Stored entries
BEGIN

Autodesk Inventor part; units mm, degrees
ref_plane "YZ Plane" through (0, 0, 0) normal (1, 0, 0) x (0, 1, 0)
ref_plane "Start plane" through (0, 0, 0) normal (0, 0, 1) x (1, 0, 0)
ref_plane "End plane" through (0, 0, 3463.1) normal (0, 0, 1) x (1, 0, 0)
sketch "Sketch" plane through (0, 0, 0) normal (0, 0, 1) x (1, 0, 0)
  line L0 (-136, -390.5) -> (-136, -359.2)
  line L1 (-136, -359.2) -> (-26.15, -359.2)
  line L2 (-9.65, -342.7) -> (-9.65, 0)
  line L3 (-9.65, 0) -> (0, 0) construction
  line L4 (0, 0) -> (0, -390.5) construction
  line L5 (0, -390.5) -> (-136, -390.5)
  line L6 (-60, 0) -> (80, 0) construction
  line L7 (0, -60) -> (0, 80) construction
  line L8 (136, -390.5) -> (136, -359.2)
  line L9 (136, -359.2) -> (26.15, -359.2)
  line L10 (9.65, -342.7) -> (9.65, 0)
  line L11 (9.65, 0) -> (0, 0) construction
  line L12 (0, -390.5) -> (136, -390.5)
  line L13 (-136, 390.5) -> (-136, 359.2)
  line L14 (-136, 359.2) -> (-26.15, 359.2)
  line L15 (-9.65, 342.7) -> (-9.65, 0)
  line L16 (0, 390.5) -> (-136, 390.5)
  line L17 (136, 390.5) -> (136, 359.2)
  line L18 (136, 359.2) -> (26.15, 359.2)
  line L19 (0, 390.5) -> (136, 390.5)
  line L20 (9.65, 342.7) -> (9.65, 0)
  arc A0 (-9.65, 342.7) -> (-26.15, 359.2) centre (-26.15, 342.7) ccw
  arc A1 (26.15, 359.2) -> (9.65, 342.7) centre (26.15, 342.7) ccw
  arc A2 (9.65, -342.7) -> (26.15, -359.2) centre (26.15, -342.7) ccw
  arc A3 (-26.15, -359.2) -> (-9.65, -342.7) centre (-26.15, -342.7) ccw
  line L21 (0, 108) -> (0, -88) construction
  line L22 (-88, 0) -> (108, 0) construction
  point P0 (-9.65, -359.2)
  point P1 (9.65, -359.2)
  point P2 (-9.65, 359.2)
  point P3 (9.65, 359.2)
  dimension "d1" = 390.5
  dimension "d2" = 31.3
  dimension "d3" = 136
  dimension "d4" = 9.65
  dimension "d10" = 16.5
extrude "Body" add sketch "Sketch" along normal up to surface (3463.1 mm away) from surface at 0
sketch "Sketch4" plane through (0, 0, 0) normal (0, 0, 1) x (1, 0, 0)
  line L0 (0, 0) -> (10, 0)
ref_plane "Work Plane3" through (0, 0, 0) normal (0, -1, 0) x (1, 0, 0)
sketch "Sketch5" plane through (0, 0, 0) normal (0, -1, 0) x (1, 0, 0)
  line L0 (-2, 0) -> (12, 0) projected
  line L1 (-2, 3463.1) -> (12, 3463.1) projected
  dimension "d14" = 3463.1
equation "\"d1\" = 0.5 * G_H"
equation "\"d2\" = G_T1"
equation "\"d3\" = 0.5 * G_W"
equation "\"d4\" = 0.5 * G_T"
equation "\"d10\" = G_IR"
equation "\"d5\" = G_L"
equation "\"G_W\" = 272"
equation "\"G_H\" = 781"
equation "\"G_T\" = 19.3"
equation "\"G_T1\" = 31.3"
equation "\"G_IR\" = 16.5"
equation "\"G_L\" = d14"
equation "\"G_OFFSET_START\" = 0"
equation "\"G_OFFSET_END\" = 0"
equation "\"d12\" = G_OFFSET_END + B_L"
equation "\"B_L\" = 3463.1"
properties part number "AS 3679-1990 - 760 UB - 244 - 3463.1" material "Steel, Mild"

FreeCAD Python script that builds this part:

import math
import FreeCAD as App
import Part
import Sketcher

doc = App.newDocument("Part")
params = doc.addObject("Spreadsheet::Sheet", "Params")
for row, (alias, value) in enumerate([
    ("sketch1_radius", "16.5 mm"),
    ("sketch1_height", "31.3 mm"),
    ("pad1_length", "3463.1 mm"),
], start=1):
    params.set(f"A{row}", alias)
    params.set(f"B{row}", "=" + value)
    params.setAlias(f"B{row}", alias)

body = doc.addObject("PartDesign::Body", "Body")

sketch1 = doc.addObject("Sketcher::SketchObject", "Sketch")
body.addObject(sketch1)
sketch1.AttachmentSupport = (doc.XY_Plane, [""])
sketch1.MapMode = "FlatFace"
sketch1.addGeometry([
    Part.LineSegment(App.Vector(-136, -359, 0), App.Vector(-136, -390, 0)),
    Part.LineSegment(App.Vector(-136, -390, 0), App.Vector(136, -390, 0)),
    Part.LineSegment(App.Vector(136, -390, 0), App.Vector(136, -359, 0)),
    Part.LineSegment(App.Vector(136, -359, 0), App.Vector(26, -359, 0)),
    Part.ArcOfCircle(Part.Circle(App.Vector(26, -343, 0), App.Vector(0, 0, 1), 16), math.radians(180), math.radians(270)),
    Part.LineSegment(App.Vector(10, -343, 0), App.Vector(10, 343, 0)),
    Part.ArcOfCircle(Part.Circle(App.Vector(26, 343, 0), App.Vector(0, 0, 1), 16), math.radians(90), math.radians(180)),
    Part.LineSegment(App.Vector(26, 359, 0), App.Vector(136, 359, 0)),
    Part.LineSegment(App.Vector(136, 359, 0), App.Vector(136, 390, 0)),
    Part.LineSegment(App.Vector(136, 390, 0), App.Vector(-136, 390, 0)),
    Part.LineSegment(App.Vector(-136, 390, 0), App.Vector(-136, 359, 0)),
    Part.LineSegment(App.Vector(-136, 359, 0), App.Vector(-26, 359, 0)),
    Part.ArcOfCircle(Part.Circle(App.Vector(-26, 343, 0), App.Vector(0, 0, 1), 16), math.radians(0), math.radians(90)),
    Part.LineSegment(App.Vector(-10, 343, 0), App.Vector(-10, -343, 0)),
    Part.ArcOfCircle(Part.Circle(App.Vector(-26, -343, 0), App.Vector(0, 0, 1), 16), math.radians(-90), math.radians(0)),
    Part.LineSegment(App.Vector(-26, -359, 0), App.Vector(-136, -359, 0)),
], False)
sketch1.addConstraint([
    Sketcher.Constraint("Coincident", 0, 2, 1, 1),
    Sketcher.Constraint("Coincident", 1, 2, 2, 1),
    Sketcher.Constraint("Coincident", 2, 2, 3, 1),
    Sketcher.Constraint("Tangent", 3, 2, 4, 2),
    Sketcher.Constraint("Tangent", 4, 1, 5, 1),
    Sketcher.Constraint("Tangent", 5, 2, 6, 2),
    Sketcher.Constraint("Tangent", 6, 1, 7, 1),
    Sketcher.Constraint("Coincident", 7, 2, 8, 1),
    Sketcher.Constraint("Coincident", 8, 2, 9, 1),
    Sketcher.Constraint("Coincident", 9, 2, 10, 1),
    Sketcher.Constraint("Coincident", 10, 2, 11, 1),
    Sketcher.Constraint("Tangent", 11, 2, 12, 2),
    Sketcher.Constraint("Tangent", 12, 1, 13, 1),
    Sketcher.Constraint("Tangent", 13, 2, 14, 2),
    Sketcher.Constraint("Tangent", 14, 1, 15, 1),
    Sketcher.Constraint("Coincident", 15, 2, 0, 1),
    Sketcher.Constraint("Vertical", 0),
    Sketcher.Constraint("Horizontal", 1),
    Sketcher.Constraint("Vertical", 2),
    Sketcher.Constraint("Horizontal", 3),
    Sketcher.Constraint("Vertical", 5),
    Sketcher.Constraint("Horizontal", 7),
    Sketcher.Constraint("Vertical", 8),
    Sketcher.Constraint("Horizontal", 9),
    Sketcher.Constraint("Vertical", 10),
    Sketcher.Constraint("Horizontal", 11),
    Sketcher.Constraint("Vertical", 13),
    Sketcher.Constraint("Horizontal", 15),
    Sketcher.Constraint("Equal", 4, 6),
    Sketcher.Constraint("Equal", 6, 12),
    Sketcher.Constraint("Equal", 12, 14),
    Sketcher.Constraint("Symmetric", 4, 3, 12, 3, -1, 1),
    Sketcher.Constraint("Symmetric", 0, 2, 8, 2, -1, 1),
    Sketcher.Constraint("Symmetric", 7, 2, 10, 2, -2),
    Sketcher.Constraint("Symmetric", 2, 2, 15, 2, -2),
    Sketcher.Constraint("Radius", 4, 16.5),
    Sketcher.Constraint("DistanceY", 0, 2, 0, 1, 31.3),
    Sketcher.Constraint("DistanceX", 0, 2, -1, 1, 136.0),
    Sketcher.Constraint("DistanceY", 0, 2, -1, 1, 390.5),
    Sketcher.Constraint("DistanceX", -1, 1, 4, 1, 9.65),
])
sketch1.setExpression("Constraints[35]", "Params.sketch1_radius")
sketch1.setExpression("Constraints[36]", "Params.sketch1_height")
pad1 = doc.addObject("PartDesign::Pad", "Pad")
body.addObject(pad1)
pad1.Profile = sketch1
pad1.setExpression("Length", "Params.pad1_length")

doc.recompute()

END
BEGIN

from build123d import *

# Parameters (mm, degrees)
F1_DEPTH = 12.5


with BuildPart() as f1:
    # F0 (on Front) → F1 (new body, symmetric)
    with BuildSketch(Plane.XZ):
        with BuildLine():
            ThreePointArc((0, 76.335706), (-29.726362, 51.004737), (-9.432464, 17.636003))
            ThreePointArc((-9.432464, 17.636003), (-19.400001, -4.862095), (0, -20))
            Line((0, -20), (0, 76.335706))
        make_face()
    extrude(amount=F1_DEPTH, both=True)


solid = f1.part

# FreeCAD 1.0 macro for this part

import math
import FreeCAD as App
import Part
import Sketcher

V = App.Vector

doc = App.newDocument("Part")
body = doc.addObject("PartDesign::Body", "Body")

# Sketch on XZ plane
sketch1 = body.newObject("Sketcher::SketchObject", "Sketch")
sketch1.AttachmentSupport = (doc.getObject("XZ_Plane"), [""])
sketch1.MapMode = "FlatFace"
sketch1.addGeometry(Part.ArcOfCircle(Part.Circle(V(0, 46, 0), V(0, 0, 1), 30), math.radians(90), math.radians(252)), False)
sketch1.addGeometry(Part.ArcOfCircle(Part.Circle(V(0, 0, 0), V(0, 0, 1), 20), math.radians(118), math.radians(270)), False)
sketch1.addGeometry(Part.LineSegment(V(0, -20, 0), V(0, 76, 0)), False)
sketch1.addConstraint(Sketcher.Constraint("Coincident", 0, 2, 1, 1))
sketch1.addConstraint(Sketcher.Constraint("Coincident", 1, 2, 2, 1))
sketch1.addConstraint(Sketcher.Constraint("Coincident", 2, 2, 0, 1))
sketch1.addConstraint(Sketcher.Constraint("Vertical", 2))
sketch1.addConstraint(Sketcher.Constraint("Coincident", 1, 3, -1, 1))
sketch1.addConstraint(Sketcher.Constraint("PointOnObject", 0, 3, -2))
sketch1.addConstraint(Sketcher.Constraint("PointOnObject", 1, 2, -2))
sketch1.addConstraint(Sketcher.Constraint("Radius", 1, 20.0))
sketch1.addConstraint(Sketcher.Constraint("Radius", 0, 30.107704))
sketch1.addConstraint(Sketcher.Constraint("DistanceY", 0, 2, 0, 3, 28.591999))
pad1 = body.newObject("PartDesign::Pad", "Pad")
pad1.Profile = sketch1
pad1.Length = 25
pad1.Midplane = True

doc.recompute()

END

Required work: A bare number is required: the count of lines above with the string "from".

Written answer: 2